Start of Block
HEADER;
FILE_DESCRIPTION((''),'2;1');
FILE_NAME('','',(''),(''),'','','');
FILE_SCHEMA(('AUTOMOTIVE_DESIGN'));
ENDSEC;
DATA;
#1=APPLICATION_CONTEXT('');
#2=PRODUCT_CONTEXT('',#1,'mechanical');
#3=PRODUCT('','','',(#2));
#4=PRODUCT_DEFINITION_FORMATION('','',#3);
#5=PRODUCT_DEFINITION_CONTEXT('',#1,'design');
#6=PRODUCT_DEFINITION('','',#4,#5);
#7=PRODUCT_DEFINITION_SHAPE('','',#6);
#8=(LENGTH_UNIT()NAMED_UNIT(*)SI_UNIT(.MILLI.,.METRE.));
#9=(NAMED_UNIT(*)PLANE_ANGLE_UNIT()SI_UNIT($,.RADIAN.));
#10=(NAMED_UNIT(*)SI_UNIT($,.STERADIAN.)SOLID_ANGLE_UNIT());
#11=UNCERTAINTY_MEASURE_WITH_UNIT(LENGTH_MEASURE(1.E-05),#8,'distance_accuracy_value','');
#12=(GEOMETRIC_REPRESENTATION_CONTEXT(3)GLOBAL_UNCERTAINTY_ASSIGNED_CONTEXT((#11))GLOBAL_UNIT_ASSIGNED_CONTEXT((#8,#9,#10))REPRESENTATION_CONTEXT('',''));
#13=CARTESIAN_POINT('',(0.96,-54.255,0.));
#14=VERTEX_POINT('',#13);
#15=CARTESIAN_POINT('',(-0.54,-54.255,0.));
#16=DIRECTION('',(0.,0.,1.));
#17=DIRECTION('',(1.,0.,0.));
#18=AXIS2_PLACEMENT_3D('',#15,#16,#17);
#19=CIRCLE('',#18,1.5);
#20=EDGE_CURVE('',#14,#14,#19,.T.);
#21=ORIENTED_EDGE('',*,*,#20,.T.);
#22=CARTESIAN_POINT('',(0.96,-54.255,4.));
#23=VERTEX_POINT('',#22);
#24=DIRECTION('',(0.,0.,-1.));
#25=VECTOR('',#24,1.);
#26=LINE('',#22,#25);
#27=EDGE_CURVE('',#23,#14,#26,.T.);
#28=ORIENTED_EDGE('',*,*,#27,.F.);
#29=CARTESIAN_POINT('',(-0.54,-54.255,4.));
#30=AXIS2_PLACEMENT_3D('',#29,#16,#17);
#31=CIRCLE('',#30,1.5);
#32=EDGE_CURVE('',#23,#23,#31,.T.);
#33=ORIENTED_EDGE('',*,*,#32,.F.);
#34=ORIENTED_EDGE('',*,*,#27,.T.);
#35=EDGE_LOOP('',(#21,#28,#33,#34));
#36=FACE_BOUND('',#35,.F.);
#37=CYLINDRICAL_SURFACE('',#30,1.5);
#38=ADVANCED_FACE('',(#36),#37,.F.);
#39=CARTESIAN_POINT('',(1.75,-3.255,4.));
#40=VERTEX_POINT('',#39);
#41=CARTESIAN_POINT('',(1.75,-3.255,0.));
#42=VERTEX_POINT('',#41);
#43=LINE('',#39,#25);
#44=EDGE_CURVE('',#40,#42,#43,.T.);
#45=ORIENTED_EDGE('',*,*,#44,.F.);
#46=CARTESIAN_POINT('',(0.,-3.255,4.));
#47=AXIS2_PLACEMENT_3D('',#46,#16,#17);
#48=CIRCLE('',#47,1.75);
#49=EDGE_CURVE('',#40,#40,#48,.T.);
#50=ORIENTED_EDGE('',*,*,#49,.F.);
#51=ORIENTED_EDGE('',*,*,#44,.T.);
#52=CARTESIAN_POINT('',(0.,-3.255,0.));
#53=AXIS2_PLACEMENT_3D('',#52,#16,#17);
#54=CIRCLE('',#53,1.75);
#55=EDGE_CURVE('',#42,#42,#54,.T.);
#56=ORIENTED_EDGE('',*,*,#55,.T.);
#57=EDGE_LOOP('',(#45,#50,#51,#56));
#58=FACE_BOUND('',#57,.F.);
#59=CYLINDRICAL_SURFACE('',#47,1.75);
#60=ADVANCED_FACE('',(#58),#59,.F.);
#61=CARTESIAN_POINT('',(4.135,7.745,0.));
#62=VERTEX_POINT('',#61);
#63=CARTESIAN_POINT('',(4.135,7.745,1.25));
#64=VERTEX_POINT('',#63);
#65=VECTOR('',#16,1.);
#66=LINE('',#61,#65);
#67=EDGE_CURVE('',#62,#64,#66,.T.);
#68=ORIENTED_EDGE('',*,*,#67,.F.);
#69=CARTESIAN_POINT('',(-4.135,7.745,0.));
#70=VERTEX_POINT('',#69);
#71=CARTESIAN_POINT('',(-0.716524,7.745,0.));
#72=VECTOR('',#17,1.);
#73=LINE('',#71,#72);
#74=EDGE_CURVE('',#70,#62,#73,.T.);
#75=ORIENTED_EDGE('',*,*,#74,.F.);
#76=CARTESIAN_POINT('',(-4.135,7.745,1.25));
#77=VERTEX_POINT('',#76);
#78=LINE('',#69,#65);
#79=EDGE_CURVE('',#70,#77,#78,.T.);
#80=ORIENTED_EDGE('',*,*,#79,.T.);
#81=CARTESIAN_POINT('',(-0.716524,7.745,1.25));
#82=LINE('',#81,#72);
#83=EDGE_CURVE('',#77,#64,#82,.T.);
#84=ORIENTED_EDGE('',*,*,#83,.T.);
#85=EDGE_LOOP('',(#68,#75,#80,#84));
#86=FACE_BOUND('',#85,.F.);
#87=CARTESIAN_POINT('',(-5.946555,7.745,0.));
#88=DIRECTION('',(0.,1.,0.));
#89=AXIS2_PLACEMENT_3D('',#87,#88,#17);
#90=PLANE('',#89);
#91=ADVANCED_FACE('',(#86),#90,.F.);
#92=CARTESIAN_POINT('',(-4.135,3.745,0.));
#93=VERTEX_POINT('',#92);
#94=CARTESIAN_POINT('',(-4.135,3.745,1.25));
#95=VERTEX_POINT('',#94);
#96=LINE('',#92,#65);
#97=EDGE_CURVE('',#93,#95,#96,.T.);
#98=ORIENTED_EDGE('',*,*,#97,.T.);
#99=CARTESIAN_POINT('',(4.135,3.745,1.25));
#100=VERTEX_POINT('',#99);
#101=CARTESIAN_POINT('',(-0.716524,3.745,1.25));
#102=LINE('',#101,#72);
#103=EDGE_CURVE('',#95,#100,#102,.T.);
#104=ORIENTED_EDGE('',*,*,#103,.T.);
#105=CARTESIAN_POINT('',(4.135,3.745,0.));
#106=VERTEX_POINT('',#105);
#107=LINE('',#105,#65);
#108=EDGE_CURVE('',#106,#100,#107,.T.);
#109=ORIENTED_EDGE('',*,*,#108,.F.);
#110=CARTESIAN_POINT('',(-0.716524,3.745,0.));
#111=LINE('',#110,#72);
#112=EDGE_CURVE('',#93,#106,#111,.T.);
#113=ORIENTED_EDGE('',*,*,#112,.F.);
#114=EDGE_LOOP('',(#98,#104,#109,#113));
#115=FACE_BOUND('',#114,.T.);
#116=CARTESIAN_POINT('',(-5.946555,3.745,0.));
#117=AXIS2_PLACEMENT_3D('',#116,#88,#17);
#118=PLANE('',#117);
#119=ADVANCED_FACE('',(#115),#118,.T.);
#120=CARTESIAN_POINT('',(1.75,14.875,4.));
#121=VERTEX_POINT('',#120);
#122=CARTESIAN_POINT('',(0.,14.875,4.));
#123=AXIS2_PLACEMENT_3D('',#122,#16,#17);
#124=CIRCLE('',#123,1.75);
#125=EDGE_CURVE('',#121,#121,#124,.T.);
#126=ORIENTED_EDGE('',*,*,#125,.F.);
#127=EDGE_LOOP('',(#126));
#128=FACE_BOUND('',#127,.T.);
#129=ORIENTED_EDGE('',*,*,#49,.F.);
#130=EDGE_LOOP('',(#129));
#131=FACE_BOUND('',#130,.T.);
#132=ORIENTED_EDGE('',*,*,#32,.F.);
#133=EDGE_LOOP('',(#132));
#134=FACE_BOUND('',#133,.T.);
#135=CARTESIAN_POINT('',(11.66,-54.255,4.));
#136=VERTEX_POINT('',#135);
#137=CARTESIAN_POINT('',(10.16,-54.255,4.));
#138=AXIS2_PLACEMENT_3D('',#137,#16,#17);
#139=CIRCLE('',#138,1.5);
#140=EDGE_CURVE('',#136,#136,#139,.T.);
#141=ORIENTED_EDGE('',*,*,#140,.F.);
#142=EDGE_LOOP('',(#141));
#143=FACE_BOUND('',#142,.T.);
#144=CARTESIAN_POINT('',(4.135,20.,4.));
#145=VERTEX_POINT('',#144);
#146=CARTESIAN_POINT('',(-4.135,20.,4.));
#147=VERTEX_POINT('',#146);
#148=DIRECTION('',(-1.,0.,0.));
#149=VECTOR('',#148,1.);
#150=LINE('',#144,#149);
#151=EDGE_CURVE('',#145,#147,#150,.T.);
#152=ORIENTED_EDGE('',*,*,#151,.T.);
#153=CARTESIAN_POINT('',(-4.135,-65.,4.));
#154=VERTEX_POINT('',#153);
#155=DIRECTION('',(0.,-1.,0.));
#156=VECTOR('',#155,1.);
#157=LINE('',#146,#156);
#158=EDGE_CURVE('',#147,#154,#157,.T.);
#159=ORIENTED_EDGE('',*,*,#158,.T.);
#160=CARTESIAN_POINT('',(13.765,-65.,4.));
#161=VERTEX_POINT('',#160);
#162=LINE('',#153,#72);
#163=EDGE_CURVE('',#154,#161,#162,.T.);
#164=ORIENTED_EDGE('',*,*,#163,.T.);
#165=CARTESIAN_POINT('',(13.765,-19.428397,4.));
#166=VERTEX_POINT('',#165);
End of Block
ACTIVITY> Above are the records. Print exactly, and only, the lines from the line with "#32=EDGE_CURVE('',#23,#23,#31,.T.);" to the line with "#39=CARTESIAN_POINT('',(1.75,-3.255,4.));", both inclusive.

YOUR SOLUTION>
#32=EDGE_CURVE('',#23,#23,#31,.T.);
#33=ORIENTED_EDGE('',*,*,#32,.F.);
#34=ORIENTED_EDGE('',*,*,#27,.T.);
#35=EDGE_LOOP('',(#21,#28,#33,#34));
#36=FACE_BOUND('',#35,.F.);
#37=CYLINDRICAL_SURFACE('',#30,1.5);
#38=ADVANCED_FACE('',(#36),#37,.F.);
#39=CARTESIAN_POINT('',(1.75,-3.255,4.));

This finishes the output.